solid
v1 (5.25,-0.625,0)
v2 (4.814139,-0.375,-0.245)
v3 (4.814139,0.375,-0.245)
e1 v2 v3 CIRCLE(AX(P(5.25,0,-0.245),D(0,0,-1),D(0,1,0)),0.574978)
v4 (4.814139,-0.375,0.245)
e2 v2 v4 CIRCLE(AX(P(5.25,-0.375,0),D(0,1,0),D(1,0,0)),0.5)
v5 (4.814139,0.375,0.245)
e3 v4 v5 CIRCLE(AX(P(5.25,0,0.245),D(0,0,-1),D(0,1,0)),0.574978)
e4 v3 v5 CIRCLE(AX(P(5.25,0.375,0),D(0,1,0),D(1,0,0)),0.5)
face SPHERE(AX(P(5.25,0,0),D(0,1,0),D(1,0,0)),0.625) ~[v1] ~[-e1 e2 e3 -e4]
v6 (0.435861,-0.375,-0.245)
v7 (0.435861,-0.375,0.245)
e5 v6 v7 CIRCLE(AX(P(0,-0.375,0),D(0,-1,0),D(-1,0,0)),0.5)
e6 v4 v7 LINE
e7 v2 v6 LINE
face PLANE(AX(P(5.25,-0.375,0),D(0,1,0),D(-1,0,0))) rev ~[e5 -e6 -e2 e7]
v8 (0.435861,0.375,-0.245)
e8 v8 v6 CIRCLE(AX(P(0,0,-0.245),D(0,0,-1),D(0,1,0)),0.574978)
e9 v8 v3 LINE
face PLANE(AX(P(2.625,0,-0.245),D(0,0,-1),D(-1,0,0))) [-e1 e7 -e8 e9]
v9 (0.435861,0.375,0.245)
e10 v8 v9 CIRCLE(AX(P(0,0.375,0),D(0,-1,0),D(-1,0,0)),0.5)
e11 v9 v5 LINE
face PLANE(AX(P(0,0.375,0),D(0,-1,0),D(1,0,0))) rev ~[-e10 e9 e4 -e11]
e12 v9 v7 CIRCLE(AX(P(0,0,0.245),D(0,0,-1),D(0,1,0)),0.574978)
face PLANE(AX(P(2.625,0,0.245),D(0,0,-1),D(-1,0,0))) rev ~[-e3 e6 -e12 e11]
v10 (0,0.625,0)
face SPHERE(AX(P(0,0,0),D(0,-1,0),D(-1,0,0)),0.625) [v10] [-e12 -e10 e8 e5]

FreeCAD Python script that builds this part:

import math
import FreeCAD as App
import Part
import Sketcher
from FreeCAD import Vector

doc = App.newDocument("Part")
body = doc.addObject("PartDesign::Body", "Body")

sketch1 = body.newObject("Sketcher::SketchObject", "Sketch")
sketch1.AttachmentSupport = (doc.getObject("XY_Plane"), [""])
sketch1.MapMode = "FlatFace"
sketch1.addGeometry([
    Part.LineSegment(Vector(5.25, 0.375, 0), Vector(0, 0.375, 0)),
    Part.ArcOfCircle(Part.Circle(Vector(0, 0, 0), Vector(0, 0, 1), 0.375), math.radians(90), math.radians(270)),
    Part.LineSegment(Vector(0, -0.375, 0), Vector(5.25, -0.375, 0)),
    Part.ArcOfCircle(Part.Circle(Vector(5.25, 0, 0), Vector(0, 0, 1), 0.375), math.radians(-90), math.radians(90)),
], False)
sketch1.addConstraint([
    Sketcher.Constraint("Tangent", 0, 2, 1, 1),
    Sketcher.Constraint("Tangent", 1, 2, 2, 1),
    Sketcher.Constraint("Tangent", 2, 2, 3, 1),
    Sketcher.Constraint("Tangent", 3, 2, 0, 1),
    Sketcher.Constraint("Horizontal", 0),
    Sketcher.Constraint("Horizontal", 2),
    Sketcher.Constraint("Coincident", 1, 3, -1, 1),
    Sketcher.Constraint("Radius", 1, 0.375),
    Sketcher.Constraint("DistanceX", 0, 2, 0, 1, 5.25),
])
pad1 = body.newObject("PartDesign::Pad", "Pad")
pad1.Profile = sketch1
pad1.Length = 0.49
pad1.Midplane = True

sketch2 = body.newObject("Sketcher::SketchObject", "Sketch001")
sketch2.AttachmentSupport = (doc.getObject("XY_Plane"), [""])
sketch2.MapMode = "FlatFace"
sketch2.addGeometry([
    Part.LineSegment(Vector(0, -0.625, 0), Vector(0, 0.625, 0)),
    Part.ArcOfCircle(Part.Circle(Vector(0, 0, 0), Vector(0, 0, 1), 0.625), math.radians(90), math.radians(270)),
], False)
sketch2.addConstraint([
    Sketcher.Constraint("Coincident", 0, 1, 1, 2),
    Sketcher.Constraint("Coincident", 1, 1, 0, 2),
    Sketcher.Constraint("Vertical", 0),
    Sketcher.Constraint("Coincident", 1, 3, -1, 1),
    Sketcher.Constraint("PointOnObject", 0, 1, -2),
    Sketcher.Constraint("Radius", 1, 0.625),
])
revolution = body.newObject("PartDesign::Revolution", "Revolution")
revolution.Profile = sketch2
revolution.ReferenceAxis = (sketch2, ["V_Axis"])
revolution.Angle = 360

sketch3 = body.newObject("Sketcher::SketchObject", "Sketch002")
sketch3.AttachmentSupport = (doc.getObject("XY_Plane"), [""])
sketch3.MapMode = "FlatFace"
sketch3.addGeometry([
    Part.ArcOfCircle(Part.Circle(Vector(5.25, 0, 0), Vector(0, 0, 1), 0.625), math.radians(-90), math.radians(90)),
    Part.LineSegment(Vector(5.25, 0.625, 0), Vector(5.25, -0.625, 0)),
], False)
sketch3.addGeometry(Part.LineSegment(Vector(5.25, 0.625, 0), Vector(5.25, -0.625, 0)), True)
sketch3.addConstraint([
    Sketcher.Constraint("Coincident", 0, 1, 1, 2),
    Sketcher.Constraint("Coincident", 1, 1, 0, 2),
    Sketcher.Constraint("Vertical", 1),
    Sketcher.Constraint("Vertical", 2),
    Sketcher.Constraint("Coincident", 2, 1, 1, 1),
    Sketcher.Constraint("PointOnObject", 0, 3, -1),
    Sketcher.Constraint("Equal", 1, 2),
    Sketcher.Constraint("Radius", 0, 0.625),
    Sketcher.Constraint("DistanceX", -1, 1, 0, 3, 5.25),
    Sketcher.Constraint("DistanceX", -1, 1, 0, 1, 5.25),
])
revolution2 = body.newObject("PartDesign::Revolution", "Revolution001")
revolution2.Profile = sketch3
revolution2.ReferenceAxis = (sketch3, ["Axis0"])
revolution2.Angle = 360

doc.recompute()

☆ ☆ ☆ ☆ ☆ ☆ ☆

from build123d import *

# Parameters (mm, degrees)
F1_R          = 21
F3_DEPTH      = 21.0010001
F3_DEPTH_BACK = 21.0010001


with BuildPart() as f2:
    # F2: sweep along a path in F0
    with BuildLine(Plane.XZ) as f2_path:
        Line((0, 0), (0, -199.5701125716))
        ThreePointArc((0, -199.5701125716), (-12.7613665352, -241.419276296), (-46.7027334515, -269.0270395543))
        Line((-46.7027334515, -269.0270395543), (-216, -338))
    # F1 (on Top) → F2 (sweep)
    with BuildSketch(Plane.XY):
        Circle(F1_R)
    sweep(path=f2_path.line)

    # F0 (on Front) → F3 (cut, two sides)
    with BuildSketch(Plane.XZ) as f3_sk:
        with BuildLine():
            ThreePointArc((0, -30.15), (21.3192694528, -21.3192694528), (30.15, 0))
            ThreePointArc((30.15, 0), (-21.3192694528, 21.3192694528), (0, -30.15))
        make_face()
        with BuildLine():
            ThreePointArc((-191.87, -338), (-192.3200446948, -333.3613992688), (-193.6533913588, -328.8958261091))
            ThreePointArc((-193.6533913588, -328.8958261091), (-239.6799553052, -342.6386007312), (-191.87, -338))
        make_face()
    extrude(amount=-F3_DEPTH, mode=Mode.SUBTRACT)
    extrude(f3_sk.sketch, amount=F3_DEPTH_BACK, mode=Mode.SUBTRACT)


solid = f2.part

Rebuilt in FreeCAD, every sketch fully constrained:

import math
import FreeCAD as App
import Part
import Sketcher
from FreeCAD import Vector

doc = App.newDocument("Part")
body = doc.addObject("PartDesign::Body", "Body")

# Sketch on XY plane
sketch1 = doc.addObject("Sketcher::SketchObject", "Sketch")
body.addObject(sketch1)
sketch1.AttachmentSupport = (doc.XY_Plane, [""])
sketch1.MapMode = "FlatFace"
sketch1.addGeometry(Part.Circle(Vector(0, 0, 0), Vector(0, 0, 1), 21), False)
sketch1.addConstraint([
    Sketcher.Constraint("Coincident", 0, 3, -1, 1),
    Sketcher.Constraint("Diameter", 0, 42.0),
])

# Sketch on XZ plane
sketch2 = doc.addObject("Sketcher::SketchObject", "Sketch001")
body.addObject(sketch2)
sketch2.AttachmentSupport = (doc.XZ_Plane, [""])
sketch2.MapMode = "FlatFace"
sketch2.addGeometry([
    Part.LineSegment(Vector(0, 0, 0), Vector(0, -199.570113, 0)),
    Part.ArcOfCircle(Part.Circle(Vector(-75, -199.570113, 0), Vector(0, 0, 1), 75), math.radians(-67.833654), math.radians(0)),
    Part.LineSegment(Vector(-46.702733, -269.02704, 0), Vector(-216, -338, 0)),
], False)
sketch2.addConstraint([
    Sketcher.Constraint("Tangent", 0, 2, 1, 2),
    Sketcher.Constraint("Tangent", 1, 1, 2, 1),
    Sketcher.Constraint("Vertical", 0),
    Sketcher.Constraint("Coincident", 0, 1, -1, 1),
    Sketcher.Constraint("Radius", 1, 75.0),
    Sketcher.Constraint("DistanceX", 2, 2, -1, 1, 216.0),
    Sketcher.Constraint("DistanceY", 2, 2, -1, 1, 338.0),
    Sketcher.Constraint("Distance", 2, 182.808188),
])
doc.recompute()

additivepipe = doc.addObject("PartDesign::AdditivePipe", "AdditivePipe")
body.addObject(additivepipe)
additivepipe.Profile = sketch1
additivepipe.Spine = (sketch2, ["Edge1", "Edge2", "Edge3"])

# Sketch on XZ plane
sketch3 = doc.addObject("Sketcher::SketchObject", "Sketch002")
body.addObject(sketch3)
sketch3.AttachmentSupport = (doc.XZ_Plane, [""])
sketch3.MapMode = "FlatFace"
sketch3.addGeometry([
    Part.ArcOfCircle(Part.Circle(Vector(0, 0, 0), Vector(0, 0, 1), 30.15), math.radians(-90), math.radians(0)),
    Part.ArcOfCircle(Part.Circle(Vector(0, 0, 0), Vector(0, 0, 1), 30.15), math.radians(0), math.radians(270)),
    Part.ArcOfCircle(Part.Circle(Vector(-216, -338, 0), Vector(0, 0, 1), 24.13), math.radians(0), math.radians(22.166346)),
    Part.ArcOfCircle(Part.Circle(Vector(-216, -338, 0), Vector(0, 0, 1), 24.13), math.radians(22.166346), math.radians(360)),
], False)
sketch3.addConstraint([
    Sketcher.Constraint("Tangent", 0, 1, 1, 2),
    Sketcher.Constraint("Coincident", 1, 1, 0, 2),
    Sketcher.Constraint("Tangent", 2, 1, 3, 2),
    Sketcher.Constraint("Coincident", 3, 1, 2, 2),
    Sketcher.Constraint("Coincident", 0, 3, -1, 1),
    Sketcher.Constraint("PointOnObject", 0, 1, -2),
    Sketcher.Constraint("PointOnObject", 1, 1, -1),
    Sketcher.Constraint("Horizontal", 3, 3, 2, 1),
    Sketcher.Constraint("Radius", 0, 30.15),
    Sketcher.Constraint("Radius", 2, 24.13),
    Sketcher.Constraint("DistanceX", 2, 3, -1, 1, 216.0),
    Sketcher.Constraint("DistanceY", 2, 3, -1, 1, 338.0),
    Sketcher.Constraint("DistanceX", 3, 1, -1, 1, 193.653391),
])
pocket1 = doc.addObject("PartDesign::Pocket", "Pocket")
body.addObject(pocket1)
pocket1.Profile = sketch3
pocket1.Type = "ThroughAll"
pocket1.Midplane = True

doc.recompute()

☆ ☆ ☆ ☆ ☆ ☆ ☆

> _DESCRIPTION OF THE TASK_
Go back to the listing above. Copy word for word the lines from the one with "v1 (5.25,-0.625,0)" through the one with "e9 v8 v3 LINE", and nothing more.

> _RESPONSE AREA_
v1 (5.25,-0.625,0)
v2 (4.814139,-0.375,-0.245)
v3 (4.814139,0.375,-0.245)
e1 v2 v3 CIRCLE(AX(P(5.25,0,-0.245),D(0,0,-1),D(0,1,0)),0.574978)
v4 (4.814139,-0.375,0.245)
e2 v2 v4 CIRCLE(AX(P(5.25,-0.375,0),D(0,1,0),D(1,0,0)),0.5)
v5 (4.814139,0.375,0.245)
e3 v4 v5 CIRCLE(AX(P(5.25,0,0.245),D(0,0,-1),D(0,1,0)),0.574978)
e4 v3 v5 CIRCLE(AX(P(5.25,0.375,0),D(0,1,0),D(1,0,0)),0.5)
face SPHERE(AX(P(5.25,0,0),D(0,1,0),D(1,0,0)),0.625) ~[v1] ~[-e1 e2 e3 -e4]
v6 (0.435861,-0.375,-0.245)
v7 (0.435861,-0.375,0.245)
e5 v6 v7 CIRCLE(AX(P(0,-0.375,0),D(0,-1,0),D(-1,0,0)),0.5)
e6 v4 v7 LINE
e7 v2 v6 LINE
face PLANE(AX(P(5.25,-0.375,0),D(0,1,0),D(-1,0,0))) rev ~[e5 -e6 -e2 e7]
v8 (0.435861,0.375,-0.245)
e8 v8 v6 CIRCLE(AX(P(0,0,-0.245),D(0,0,-1),D(0,1,0)),0.574978)
e9 v8 v3 LINE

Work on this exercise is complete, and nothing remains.